Effects of estrogen on social recognition and oxytocin regulating synaptic plasticity

Estrogens play an important role in the regulation of female social recognition; however, their mechanisms have not yet been elucidated. The present study established a mouse model of adolescent ovariectomy (Ovx) supplemented with a physiological dose of estradiol benzoate (EB, 10 µg/kg). Familiar-novel individual identification, urine odor discrimination, and social memory behaviors were assessed after adulthood.
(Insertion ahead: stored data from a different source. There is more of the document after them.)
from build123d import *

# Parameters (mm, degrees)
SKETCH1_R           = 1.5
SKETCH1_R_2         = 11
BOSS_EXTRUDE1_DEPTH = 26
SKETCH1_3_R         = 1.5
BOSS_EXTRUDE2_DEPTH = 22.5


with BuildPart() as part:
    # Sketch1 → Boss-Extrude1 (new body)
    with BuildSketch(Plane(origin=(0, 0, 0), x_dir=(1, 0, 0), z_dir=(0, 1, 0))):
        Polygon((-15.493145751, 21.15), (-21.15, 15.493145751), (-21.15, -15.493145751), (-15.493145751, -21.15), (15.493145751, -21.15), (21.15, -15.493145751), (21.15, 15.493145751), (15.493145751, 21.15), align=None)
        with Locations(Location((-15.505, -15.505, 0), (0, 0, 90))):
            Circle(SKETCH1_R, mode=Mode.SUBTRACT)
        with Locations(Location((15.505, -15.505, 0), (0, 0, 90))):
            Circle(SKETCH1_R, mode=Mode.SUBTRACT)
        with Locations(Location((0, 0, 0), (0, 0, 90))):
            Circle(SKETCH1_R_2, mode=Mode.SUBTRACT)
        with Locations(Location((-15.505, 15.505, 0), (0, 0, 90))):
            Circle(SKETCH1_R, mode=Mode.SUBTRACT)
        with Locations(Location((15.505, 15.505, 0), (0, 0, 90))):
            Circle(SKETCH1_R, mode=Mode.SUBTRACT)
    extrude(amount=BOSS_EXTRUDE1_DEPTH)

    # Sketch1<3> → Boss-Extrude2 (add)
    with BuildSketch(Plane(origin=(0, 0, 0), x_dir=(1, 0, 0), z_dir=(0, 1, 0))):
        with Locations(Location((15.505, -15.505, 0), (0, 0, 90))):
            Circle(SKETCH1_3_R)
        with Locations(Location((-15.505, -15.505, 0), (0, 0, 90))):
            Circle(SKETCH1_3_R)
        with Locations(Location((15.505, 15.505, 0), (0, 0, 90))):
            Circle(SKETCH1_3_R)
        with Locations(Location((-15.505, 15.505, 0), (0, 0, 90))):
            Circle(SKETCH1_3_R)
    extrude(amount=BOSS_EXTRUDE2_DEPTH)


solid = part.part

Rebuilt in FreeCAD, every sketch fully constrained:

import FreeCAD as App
import Part
import Sketcher

V = App.Vector
Q = App.Units.Quantity


def add_polygon(sketch, points):
    """Adds a closed chain of lines whose ends are joined by coincident constraints."""
    first, n = sketch.GeometryCount, len(points)
    for a, b in zip(points, points[1:] + points[:1]):
        sketch.addGeometry(Part.LineSegment(App.Vector(*a, 0), App.Vector(*b, 0)), False)
    for i in range(n):
        sketch.addConstraint(Sketcher.Constraint("Coincident", first + i, 2, first + (i + 1) % n, 1))

doc = App.newDocument("Part")
body = doc.addObject("PartDesign::Body", "Body")

sketch1 = body.newObject("Sketcher::SketchObject", "Sketch")
sketch1.AttachmentSupport = (doc.getObject("XZ_Plane"), [""])
sketch1.MapMode = "FlatFace"
add_polygon(sketch1, [(-15.5, -21.1), (-21.1, -15.5), (-21.1, 15.5), (-15.5, 21.1), (15.5, 21.1), (21.1, 15.5), (21.1, -15.5), (15.5, -21.1)])
sketch1.addGeometry(Part.Circle(V(-15.5, 15.5, 0), V(0, 0, 1), 1.5), False)
sketch1.addGeometry(Part.Circle(V(15.5, 15.5, 0), V(0, 0, 1), 1.5), False)
sketch1.addGeometry(Part.Circle(V(-15.5, -15.5, 0), V(0, 0, 1), 1.5), False)
sketch1.addGeometry(Part.Circle(V(0, 0, 0), V(0, 0, 1), 11), False)
sketch1.addGeometry(Part.Circle(V(15.5, -15.5, 0), V(0, 0, 1), 1.5), False)
sketch1.addConstraint([
    Sketcher.Constraint("Vertical", 1),
    Sketcher.Constraint("Horizontal", 3),
    Sketcher.Constraint("Vertical", 5),
    Sketcher.Constraint("Horizontal", 7),
    Sketcher.Constraint("Coincident", 11, 3, -1, 1),
    Sketcher.Constraint("Equal", 8, 9),
    Sketcher.Constraint("Equal", 9, 10),
    Sketcher.Constraint("Equal", 10, 12),
    Sketcher.Constraint("Symmetric", 9, 3, 10, 3, -1, 1),
    Sketcher.Constraint("Symmetric", 8, 3, 12, 3, -1, 1),
    Sketcher.Constraint("Symmetric", 0, 2, 4, 2, -1, 1),
    Sketcher.Constraint("Symmetric", 2, 2, 6, 2, -1, 1),
    Sketcher.Constraint("Symmetric", 8, 3, 9, 3, -2),
    Sketcher.Constraint("Perpendicular", 0, 2),
    Sketcher.Constraint("Perpendicular", 2, 4),
    Sketcher.Constraint("Perpendicular", 4, 6),
    Sketcher.Constraint("Horizontal", 1, 2, 4, 2),
    Sketcher.Constraint("Vertical", 3, 2, 6, 2),
    Sketcher.Constraint("Equal", 7, 1),
    Sketcher.Constraint("Diameter", 8, Q("3 mm")),
    Sketcher.Constraint("Diameter", 11, Q("22 mm")),
    Sketcher.Constraint("Distance", 0, Q("8 mm")),
    Sketcher.Constraint("DistanceX", 0, 2, -1, 1, Q("21.15 mm")),
    Sketcher.Constraint("DistanceX", 8, 3, 9, 3, Q("31.01 mm")),
    Sketcher.Constraint("DistanceY", 10, 3, 8, 3, Q("31.01 mm")),
])
pad1 = body.newObject("PartDesign::Pad", "Pad")
pad1.Profile = sketch1
pad1.Length = 26
pad1.Reversed = True

sketch2 = body.newObject("Sketcher::SketchObject", "Sketch001")
sketch2.AttachmentSupport = (doc.getObject("XZ_Plane"), [""])
sketch2.MapMode = "FlatFace"
sketch2.addGeometry([
    Part.Circle(V(15.5, 15.5, 0), V(0, 0, 1), 1.5),
    Part.Circle(V(-15.5, 15.5, 0), V(0, 0, 1), 1.5),
    Part.Circle(V(15.5, -15.5, 0), V(0, 0, 1), 1.5),
    Part.Circle(V(-15.5, -15.5, 0), V(0, 0, 1), 1.5),
], False)
sketch2.addConstraint([
    Sketcher.Constraint("Equal", 0, 1),
    Sketcher.Constraint("Equal", 1, 2),
    Sketcher.Constraint("Equal", 2, 3),
    Sketcher.Constraint("Symmetric", 1, 3, 2, 3, -1, 1),
    Sketcher.Constraint("Symmetric", 0, 3, 3, 3, -1, 1),
    Sketcher.Constraint("Symmetric", 0, 3, 1, 3, -2),
    Sketcher.Constraint("Diameter", 0, Q("3 mm")),
    Sketcher.Constraint("DistanceX", 1, 3, 0, 3, Q("31.01 mm")),
    Sketcher.Constraint("DistanceY", 2, 3, 0, 3, Q("31.01 mm")),
])
pad2 = body.newObject("PartDesign::Pad", "Pad001")
pad2.Profile = sketch2
pad2.Length = 22.5
pad2.Reversed = True

doc.recompute()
The results showed that Ovx-induced impairment of individual identification, urine odor discrimination, and social memory 24 h after testing were significantly improved by EB supplementation. Meanwhile, EB restored 17β-estradiol (17β-E₂) and oxytocin (OT) levels in the brain and serum of Ovx females. EB upregulated the expression level of OT receptor (OTR) protein and increased the numbers of ERα-ir and ERβ-ir cell in the medial amygdala (MeA). Electrophysiological studies further showed that OT (10 and 100 nM) promoted the induction and maintenance of long-term potentiation (LTP) in CA2 region of the hippocampal slices in vitro, which could be abolished by pretreatment with OTR antagonist l-368,899. 17β-E₂ (10 nM) not only promoted LTP, but also synergistically enhanced the promotion effect of 10 nM OT on LTP, which was eliminated by pretreatment with ERs antagonists ICI182780. These results suggest that estrogen promotes the OT system in the MeA and synergistically promotes OT increasing the synaptic plasticity of the hippocampus through ERs, which enhances social odor discrimination and social memory, and ultimately improves social recognition in female mice.

Estrogen; Oxytocin; Social memory; Social recognition; Synaptic plasticity.